Growing Fences

Virginia Rep’s production of August Wilson’s classic will look much different than the movie version.

“Fences” is probably August Wilson’s most popular play, especially since the Denzel Washington film version premiered in 2016.

But don’t think you’ve seen “Fences” just because you’ve seen the film.

“The film introduced August Wilson to millions of people that otherwise would never have known his work and that’s a good thing, but it doesn’t come close to experiencing the work at the theater with living, breathing actors putting every ounce of their souls onto a stage every night,” says Lisa Strum, who will play Rose in the upcoming Virginia Repertory Theatre production of the play. “The energy is electric, spontaneous and the show is never the same from one performance to the next. It grows over time. A film can’t do that.”

Director Tawnya Pettiford-Wates says this production will also probably look a bit different than previous productions audiences may have seen.

“I have to honestly say that whenever a woman directs a play, that immediately sheds a different light on the play,” she says.

When Pettiford-Wates first saw “Fences” herself, years ago in Seattle, she says she was slightly disappointed. “It was all men and just one woman, and I thought Rose was underutilized, I didn’t hear her voice enough.”

Rose, Troy Maxson’s put-upon wife, whose decision to raise the daughter of her husband’s mistress is both heartbreaking and beautiful, will assume a more prominent position in this production.

“The role in our production is very much utilized. Her presence is felt in the context of the play and she’s an integral part of this story as I have interpreted and staged it,” Pettiford-Wates says.

“She is at the play’s heart center,” Strum adds. “Rose is love and balance and she sees the best in everyone. But a rose also has thorns, and when she’s pushed to the limit, we see shades and colors of her that make her an incredibly human and complex character.”

Pettiford-Wates says there is a debt owed to women of Rose’s 1950s generation.

“Particularly African American women, who held the ground at that particular point in time — that backyard that Rose sort of never left,” Pettiford-Wates says. “And that little girl that she’s raising is going to be different. She’s going to give that girl agency, the ability to speak in her own voice, things that the time period did not allow Rose to have.”

This production is also going to emphasize the setting, Pittsburgh, another integral yet often overlooked component of this and other Wilson plays, as well as the time period and its place in African American history. Pettiford-Wates has brought in local blues musician Andrew Alli to provide an original score for this production.

“We are bringing some interesting things musically to the show,” says Jamar Jones, who plays Cory, Troy and Rose’s son, in this production. “We are really being thrust into the time period and not just with the music of the day, but with the city sounds of Pittsburgh, too.”

“Andrew Alli is an incredible blues vocalist and harmonica player and he is very much connected to the period,” Pettiford-Wates says. “The blues is also an art form that comes out of the African American community and experience and we’re trying to highlight that in the play.”

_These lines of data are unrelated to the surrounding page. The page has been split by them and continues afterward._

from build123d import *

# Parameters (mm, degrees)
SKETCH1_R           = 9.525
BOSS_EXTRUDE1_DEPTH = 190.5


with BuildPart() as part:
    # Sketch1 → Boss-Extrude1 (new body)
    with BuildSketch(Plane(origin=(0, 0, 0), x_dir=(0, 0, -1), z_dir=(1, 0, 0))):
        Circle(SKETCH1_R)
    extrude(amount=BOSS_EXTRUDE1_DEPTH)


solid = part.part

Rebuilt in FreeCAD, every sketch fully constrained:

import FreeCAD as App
import Part
import Sketcher
from FreeCAD import Vector
Q = App.Units.Quantity

doc = App.newDocument("Part")
body = doc.addObject("PartDesign::Body", "Body")

sketch1 = body.newObject("Sketcher::SketchObject", "Sketch")
sketch1.AttachmentSupport = (doc.getObject("YZ_Plane"), [""])
sketch1.MapMode = "FlatFace"
sketch1.addGeometry(Part.Circle(Vector(0, 0, 0), Vector(0, 0, 1), 9.525), False)
sketch1.addConstraint([
    Sketcher.Constraint("Coincident", 0, 3, -1, 1),
    Sketcher.Constraint("Diameter", 0, Q("0.75 in")),
])
pad1 = body.newObject("PartDesign::Pad", "Pad")
pad1.Profile = sketch1
pad1.Length = Q("7.5 in")

doc.recompute()
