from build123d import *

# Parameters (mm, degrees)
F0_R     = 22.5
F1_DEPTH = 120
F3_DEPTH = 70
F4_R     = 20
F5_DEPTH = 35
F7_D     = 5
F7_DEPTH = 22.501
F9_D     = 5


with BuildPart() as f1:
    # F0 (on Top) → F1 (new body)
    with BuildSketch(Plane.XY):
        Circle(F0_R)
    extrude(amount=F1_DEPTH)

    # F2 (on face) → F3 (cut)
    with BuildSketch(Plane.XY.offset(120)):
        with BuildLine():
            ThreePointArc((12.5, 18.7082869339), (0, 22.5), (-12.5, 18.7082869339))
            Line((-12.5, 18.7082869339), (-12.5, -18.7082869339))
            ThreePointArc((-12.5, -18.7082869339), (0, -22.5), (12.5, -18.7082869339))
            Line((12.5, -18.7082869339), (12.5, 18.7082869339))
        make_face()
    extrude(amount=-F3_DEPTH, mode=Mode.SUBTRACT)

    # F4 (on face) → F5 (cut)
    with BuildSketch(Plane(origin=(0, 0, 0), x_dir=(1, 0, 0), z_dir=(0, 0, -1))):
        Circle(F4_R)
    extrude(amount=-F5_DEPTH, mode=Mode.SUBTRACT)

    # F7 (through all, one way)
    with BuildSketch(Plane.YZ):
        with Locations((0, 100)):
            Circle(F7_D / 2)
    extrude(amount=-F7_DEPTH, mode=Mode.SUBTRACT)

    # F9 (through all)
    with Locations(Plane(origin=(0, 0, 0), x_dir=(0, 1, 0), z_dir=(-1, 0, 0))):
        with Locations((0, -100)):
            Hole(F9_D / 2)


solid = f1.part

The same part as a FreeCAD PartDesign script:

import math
import FreeCAD as App
import Part
import Sketcher

V = App.Vector

doc = App.newDocument("Part")
body = doc.addObject("PartDesign::Body", "Body")

# Sketch on XY plane
sketch1 = body.newObject("Sketcher::SketchObject", "Sketch")
sketch1.AttachmentSupport = (doc.getObject("XY_Plane"), [""])
sketch1.MapMode = "FlatFace"
sketch1.addGeometry(Part.Circle(V(0, 0, 0), V(0, 0, 1), 22), False)
sketch1.addConstraint(Sketcher.Constraint("Coincident", 0, 3, -1, 1))
sketch1.addConstraint(Sketcher.Constraint("Diameter", 0, 45.0))
pad1 = body.newObject("PartDesign::Pad", "Pad")
pad1.Profile = sketch1
pad1.Length = 120

# Sketch on XY plane
sketch2 = body.newObject("Sketcher::SketchObject", "Sketch001")
sketch2.AttachmentSupport = (doc.getObject("XY_Plane"), [""])
sketch2.MapMode = "FlatFace"
sketch2.AttachmentOffset = App.Placement(V(0, 0, 120), App.Rotation())
sketch2.addGeometry(Part.ArcOfCircle(Part.Circle(V(0, 0, 0), V(0, 0, 1), 22), math.radians(56), math.radians(124)), False)
sketch2.addGeometry(Part.LineSegment(V(-12, 19, 0), V(-12, -19, 0)), False)
sketch2.addGeometry(Part.ArcOfCircle(Part.Circle(V(0, 0, 0), V(0, 0, 1), 22), math.radians(-124), math.radians(-56)), False)
sketch2.addGeometry(Part.LineSegment(V(12, -19, 0), V(12, 19, 0)), False)
sketch2.addConstraint(Sketcher.Constraint("Coincident", 0, 2, 1, 1))
sketch2.addConstraint(Sketcher.Constraint("Coincident", 1, 2, 2, 1))
sketch2.addConstraint(Sketcher.Constraint("Coincident", 2, 2, 3, 1))
sketch2.addConstraint(Sketcher.Constraint("Coincident", 3, 2, 0, 1))
sketch2.addConstraint(Sketcher.Constraint("Vertical", 1))
sketch2.addConstraint(Sketcher.Constraint("Vertical", 3))
sketch2.addConstraint(Sketcher.Constraint("Coincident", 0, 3, -1, 1))
sketch2.addConstraint(Sketcher.Constraint("Coincident", 2, 3, -1, 1))
sketch2.addConstraint(Sketcher.Constraint("Equal", 0, 2))
sketch2.addConstraint(Sketcher.Constraint("Horizontal", 1, 2, 2, 2))
sketch2.addConstraint(Sketcher.Constraint("Radius", 0, 22.5))
sketch2.addConstraint(Sketcher.Constraint("DistanceX", 1, 2, 2, 2, 25.0))
pocket1 = body.newObject("PartDesign::Pocket", "Pocket")
pocket1.Profile = sketch2
pocket1.Length = 70

# Sketch on XY plane
sketch3 = body.newObject("Sketcher::SketchObject", "Sketch002")
sketch3.AttachmentSupport = (doc.getObject("XY_Plane"), [""])
sketch3.MapMode = "FlatFace"
sketch3.addGeometry(Part.Circle(V(0, 0, 0), V(0, 0, 1), 20), False)
sketch3.addConstraint(Sketcher.Constraint("Coincident", 0, 3, -1, 1))
sketch3.addConstraint(Sketcher.Constraint("Diameter", 0, 40.0))
pocket2 = body.newObject("PartDesign::Pocket", "Pocket001")
pocket2.Profile = sketch3
pocket2.Length = 35
pocket2.Reversed = True

# Sketch on YZ plane
sketch4 = body.newObject("Sketcher::SketchObject", "Sketch003")
sketch4.AttachmentSupport = (doc.getObject("YZ_Plane"), [""])
sketch4.MapMode = "FlatFace"
sketch4.addGeometry(Part.Circle(V(0, 100, 0), V(0, 0, 1), 2.5), False)
sketch4.addConstraint(Sketcher.Constraint("PointOnObject", 0, 3, -2))
sketch4.addConstraint(Sketcher.Constraint("Diameter", 0, 5.0))
sketch4.addConstraint(Sketcher.Constraint("DistanceY", -1, 1, 0, 3, 100.0))
pocket3 = body.newObject("PartDesign::Pocket", "Pocket002")
pocket3.Profile = sketch4
pocket3.Type = "ThroughAll"

# Sketch on YZ plane
sketch5 = body.newObject("Sketcher::SketchObject", "Sketch004")
sketch5.AttachmentSupport = (doc.getObject("YZ_Plane"), [""])
sketch5.MapMode = "FlatFace"
sketch5.addGeometry(Part.Circle(V(0, 100, 0), V(0, 0, 1), 2.5), False)
sketch5.addConstraint(Sketcher.Constraint("PointOnObject", 0, 3, -2))
sketch5.addConstraint(Sketcher.Constraint("Diameter", 0, 5.0))
sketch5.addConstraint(Sketcher.Constraint("DistanceY", -1, 1, 0, 3, 100.0))
doc.recompute()
hole = body.newObject("PartDesign::Hole", "Hole")
hole.Profile = sketch5
hole.ThreadType = "None"
hole.Diameter = 5
hole.DepthType = "ThroughAll"
hole.Reversed = True

doc.recompute()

In addition to highlighting the African American experience in the 1950s onstage, Virginia Rep will honor the legacy of the black baseball leagues of that time with an exhibit in the lobby.

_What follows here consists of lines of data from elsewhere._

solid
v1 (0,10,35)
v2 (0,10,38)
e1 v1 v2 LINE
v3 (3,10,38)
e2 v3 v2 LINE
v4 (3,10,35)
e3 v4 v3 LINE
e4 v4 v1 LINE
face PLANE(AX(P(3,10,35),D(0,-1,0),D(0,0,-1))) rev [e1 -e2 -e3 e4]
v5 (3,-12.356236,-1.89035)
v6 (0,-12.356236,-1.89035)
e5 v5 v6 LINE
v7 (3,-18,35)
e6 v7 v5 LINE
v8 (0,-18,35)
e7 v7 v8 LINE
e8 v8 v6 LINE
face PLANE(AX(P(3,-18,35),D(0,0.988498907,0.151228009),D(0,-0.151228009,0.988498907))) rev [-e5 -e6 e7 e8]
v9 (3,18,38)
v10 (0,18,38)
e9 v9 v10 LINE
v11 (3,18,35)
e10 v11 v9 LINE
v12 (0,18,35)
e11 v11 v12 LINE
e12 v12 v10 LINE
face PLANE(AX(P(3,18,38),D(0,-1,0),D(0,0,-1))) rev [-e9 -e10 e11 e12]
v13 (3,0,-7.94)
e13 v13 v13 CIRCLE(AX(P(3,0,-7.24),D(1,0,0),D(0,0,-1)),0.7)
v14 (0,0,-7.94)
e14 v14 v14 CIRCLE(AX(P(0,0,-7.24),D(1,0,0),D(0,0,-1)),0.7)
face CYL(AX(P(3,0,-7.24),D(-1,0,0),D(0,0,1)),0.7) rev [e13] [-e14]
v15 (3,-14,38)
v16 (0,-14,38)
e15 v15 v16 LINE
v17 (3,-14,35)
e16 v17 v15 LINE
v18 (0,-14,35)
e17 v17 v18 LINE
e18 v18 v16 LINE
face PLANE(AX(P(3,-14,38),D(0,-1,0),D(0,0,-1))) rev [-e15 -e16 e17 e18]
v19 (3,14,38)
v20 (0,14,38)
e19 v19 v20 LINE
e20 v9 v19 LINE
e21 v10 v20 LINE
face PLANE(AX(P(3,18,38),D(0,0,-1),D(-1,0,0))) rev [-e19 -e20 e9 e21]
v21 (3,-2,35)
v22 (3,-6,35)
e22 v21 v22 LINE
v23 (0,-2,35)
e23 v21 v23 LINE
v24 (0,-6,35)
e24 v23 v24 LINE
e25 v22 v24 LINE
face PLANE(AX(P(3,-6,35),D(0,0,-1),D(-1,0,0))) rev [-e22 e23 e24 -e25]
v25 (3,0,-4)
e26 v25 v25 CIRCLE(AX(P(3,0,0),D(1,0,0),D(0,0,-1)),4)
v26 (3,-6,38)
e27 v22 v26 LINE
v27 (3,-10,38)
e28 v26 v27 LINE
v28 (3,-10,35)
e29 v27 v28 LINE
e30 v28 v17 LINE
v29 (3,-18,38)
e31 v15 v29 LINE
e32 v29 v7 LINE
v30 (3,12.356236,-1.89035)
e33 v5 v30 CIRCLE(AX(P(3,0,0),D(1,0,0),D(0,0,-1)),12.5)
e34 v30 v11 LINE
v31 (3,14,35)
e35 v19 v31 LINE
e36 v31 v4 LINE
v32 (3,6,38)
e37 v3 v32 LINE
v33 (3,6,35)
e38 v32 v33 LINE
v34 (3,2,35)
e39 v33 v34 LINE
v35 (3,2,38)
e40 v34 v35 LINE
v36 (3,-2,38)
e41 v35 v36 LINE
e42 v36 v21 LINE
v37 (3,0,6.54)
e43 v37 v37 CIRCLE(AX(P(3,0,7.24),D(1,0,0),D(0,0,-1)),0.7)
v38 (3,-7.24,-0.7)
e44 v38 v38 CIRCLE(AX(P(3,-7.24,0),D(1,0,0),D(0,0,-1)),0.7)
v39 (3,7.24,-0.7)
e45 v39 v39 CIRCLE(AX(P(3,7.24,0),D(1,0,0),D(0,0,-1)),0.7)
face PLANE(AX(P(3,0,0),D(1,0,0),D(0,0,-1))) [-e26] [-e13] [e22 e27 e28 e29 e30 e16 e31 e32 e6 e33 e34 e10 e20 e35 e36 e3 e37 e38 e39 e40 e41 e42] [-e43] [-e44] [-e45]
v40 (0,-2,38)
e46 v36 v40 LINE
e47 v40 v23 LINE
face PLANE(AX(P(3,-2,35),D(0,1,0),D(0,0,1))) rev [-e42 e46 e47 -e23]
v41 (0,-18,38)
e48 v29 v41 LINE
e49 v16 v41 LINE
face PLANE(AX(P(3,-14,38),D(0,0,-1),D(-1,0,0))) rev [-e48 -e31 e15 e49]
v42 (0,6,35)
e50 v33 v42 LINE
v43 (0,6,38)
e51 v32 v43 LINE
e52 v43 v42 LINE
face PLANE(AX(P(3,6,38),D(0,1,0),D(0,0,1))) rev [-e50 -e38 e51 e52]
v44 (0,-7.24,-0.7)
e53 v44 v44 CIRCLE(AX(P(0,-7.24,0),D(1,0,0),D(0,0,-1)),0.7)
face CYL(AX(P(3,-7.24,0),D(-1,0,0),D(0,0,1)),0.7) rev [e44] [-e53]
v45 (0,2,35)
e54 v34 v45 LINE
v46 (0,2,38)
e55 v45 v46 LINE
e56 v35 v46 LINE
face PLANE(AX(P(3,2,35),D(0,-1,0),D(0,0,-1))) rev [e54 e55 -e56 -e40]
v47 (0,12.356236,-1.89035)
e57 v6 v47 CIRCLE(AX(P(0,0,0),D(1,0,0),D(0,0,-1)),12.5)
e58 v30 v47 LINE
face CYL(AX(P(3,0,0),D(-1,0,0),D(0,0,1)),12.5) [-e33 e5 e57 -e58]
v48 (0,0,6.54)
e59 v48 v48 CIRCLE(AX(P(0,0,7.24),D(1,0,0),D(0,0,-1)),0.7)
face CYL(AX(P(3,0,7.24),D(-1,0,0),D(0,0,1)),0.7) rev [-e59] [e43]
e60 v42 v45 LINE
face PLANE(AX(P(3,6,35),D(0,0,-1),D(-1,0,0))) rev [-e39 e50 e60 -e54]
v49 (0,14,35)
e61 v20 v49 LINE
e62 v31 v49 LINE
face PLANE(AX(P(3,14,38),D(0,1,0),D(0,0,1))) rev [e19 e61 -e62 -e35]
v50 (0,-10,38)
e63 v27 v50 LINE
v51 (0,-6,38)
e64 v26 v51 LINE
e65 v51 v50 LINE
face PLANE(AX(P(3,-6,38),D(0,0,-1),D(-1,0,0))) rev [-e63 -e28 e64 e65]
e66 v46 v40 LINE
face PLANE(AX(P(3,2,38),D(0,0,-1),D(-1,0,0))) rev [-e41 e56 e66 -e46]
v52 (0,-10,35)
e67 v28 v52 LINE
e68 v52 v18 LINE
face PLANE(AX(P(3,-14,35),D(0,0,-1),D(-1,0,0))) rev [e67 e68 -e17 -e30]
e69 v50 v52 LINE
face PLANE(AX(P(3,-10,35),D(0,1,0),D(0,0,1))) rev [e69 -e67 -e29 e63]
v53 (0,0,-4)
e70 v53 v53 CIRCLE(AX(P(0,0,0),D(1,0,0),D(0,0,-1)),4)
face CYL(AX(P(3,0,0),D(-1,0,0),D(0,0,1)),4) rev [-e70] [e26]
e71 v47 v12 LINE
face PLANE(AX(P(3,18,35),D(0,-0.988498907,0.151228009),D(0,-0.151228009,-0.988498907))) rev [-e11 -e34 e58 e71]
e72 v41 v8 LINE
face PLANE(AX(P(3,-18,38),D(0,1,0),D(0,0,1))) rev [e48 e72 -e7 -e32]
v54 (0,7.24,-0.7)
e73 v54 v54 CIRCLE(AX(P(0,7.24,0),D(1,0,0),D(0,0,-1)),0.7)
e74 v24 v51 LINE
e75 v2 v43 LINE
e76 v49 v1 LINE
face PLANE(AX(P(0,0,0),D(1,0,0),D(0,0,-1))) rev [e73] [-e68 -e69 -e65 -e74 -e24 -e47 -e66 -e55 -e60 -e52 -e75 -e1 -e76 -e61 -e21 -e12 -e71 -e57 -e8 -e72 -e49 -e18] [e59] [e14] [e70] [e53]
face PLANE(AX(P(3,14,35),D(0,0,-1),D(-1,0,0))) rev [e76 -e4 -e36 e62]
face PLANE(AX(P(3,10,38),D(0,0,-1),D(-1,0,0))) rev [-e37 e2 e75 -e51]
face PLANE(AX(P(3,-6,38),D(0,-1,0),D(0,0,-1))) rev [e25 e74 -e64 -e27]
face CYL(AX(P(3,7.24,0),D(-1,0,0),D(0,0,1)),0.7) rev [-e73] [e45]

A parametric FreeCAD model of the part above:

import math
import FreeCAD as App
import Part
import Sketcher
from FreeCAD import Vector
Q = App.Units.Quantity

doc = App.newDocument("Part")
body = doc.addObject("PartDesign::Body", "Body")

# Sketch on YZ plane
sketch1 = doc.addObject("Sketcher::SketchObject", "Sketch")
body.addObject(sketch1)
sketch1.AttachmentSupport = (doc.YZ_Plane, [""])
sketch1.MapMode = "FlatFace"
sketch1.addGeometry([
    Part.LineSegment(Vector(18, 35, 0), Vector(18, 38, 0)),  # 0
    Part.LineSegment(Vector(18, 38, 0), Vector(14, 38, 0)),  # 1
    Part.LineSegment(Vector(14, 38, 0), Vector(14, 35, 0)),  # 2
    Part.LineSegment(Vector(14, 35, 0), Vector(10, 35, 0)),  # 3
    Part.LineSegment(Vector(10, 35, 0), Vector(10, 38, 0)),  # 4
    Part.LineSegment(Vector(10, 38, 0), Vector(6, 38, 0)),  # 5
    Part.LineSegment(Vector(6, 38, 0), Vector(6, 35, 0)),  # 6
    Part.LineSegment(Vector(6, 35, 0), Vector(2, 35, 0)),  # 7
    Part.LineSegment(Vector(2, 35, 0), Vector(2, 38, 0)),  # 8
    Part.LineSegment(Vector(2, 38, 0), Vector(-2, 38, 0)),  # 9
    Part.LineSegment(Vector(-2, 38, 0), Vector(-2, 35, 0)),  # 10
    Part.LineSegment(Vector(-2, 35, 0), Vector(-6, 35, 0)),  # 11
    Part.LineSegment(Vector(-6, 35, 0), Vector(-6, 38, 0)),  # 12
    Part.LineSegment(Vector(-6, 38, 0), Vector(-10, 38, 0)),  # 13
    Part.LineSegment(Vector(-10, 38, 0), Vector(-10, 35, 0)),  # 14
    Part.LineSegment(Vector(-10, 35, 0), Vector(-14, 35, 0)),  # 15
    Part.LineSegment(Vector(-14, 35, 0), Vector(-14, 38, 0)),  # 16
    Part.LineSegment(Vector(-14, 38, 0), Vector(-18, 38, 0)),  # 17
    Part.LineSegment(Vector(-18, 38, 0), Vector(-18, 35, 0)),  # 18
    Part.LineSegment(Vector(-18, 35, 0), Vector(-12.356236, -1.89035, 0)),  # 19
    Part.ArcOfCircle(Part.Circle(Vector(0, 0, 0), Vector(0, 0, 1), 12.5), math.radians(-171.301902), math.radians(-8.698098)),  # 20
    Part.LineSegment(Vector(12.356236, -1.89035, 0), Vector(18, 35, 0)),  # 21
    Part.Circle(Vector(-7.24, 0, 0), Vector(0, 0, 1), 0.7),  # 22
    Part.Circle(Vector(0, -7.24, 0), Vector(0, 0, 1), 0.7),  # 23
    Part.Circle(Vector(0, 0, 0), Vector(0, 0, 1), 4),  # 24
    Part.Circle(Vector(7.24, 0, 0), Vector(0, 0, 1), 0.7),  # 25
    Part.Circle(Vector(0, 7.24, 0), Vector(0, 0, 1), 0.7),  # 26
], False)
sketch1.addConstraint([
    Sketcher.Constraint("Coincident", 0, 2, 1, 1),
    Sketcher.Constraint("Coincident", 1, 2, 2, 1),
    Sketcher.Constraint("Coincident", 2, 2, 3, 1),
    Sketcher.Constraint("Coincident", 3, 2, 4, 1),
    Sketcher.Constraint("Coincident", 4, 2, 5, 1),
    Sketcher.Constraint("Coincident", 5, 2, 6, 1),
    Sketcher.Constraint("Coincident", 6, 2, 7, 1),
    Sketcher.Constraint("Coincident", 7, 2, 8, 1),
    Sketcher.Constraint("Coincident", 8, 2, 9, 1),
    Sketcher.Constraint("Coincident", 9, 2, 10, 1),
    Sketcher.Constraint("Coincident", 10, 2, 11, 1),
    Sketcher.Constraint("Coincident", 11, 2, 12, 1),
    Sketcher.Constraint("Coincident", 12, 2, 13, 1),
    Sketcher.Constraint("Coincident", 13, 2, 14, 1),
    Sketcher.Constraint("Coincident", 14, 2, 15, 1),
    Sketcher.Constraint("Coincident", 15, 2, 16, 1),
    Sketcher.Constraint("Coincident", 16, 2, 17, 1),
    Sketcher.Constraint("Coincident", 17, 2, 18, 1),
    Sketcher.Constraint("Coincident", 18, 2, 19, 1),
    Sketcher.Constraint("Tangent", 19, 2, 20, 1),
    Sketcher.Constraint("Tangent", 20, 2, 21, 1),
    Sketcher.Constraint("Coincident", 21, 2, 0, 1),
    Sketcher.Constraint("Vertical", 0),
    Sketcher.Constraint("Horizontal", 1),
    Sketcher.Constraint("Vertical", 2),
    Sketcher.Constraint("Horizontal", 3),
    Sketcher.Constraint("Vertical", 4),
    Sketcher.Constraint("Horizontal", 5),
    Sketcher.Constraint("Vertical", 6),
    Sketcher.Constraint("Horizontal", 7),
    Sketcher.Constraint("Vertical", 8),
    Sketcher.Constraint("Horizontal", 9),
    Sketcher.Constraint("Vertical", 10),
    Sketcher.Constraint("Horizontal", 11),
    Sketcher.Constraint("Vertical", 12),
    Sketcher.Constraint("Horizontal", 13),
    Sketcher.Constraint("Vertical", 14),
    Sketcher.Constraint("Horizontal", 15),
    Sketcher.Constraint("Vertical", 16),
    Sketcher.Constraint("Horizontal", 17),
    Sketcher.Constraint("Vertical", 18),
    Sketcher.Constraint("Coincident", 20, 3, -1, 1),
    Sketcher.Constraint("Coincident", 24, 3, -1, 1),
    Sketcher.Constraint("Equal", 22, 23),
    Sketcher.Constraint("Equal", 23, 25),
    Sketcher.Constraint("Equal", 25, 26),
    Sketcher.Constraint("Symmetric", 22, 3, 25, 3, -1, 1),
    Sketcher.Constraint("Symmetric", 23, 3, 26, 3, -1, 1),
    Sketcher.Constraint("Symmetric", 7, 2, 10, 2, -2),
    Sketcher.Constraint("Symmetric", 5, 2, 12, 2, -2),
    Sketcher.Constraint("Symmetric", 3, 2, 14, 2, -2),
    Sketcher.Constraint("Symmetric", 1, 2, 16, 2, -2),
    Sketcher.Constraint("Symmetric", 18, 2, 21, 2, -2),
    Sketcher.Constraint("PointOnObject", 22, 3, -1),
    Sketcher.Constraint("PointOnObject", 23, 3, -2),
    Sketcher.Constraint("Horizontal", 1, 2, 4, 2),
    Sketcher.Constraint("Horizontal", 3, 2, 6, 2),
    Sketcher.Constraint("Horizontal", 5, 2, 8, 2),
    Sketcher.Constraint("Horizontal", 15, 2, 18, 2),
    Sketcher.Constraint("Equal", 1, 3),
    Sketcher.Constraint("Equal", 3, 5),
    Sketcher.Constraint("Equal", 5, 7),
    Sketcher.Constraint("Equal", 7, 9),
    Sketcher.Constraint("Diameter", 24, Q("8 mm")),
    Sketcher.Constraint("Diameter", 22, Q("1.4 mm")),
    Sketcher.Constraint("Radius", 20, Q("12.5 mm")),
    Sketcher.Constraint("DistanceX", 1, 2, 1, 1, Q("4 mm")),
    Sketcher.Constraint("DistanceY", 0, 1, 0, 2, Q("3 mm")),
    Sketcher.Constraint("DistanceY", -1, 1, 0, 2, Q("38 mm")),
    Sketcher.Constraint("DistanceX", 22, 3, -1, 1, Q("7.24 mm")),
    Sketcher.Constraint("DistanceY", 23, 3, -1, 1, Q("7.24 mm")),
])
pad1 = doc.addObject("PartDesign::Pad", "Pad")
body.addObject(pad1)
pad1.Profile = sketch1
pad1.Length = 3

doc.recompute()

“Pittsburgh has a rich baseball tradition and Troy was so influenced and affected by the sport, he uses it as an analogy for life,” Pettiford-Wates says. “It’s a motif throughout the play, and of course Jackie Robinson broke the color barrier there after Troy’s time.”

This production promises to be a true celebration of African American community, family and history, but Jones says the show has a universal appeal.

“The first director of the original production, Lloyd Richards, said that the goal is just to show the truth of life onstage,” Jones says. “The story is so huge, anyone can connect because August Wilson has just created such rich work.”

Virginia Repertory Theatre’s “Fences” runs Feb. 7 – March 1 at the November Theatre. Tickets cost $30-$54. va-rep.org.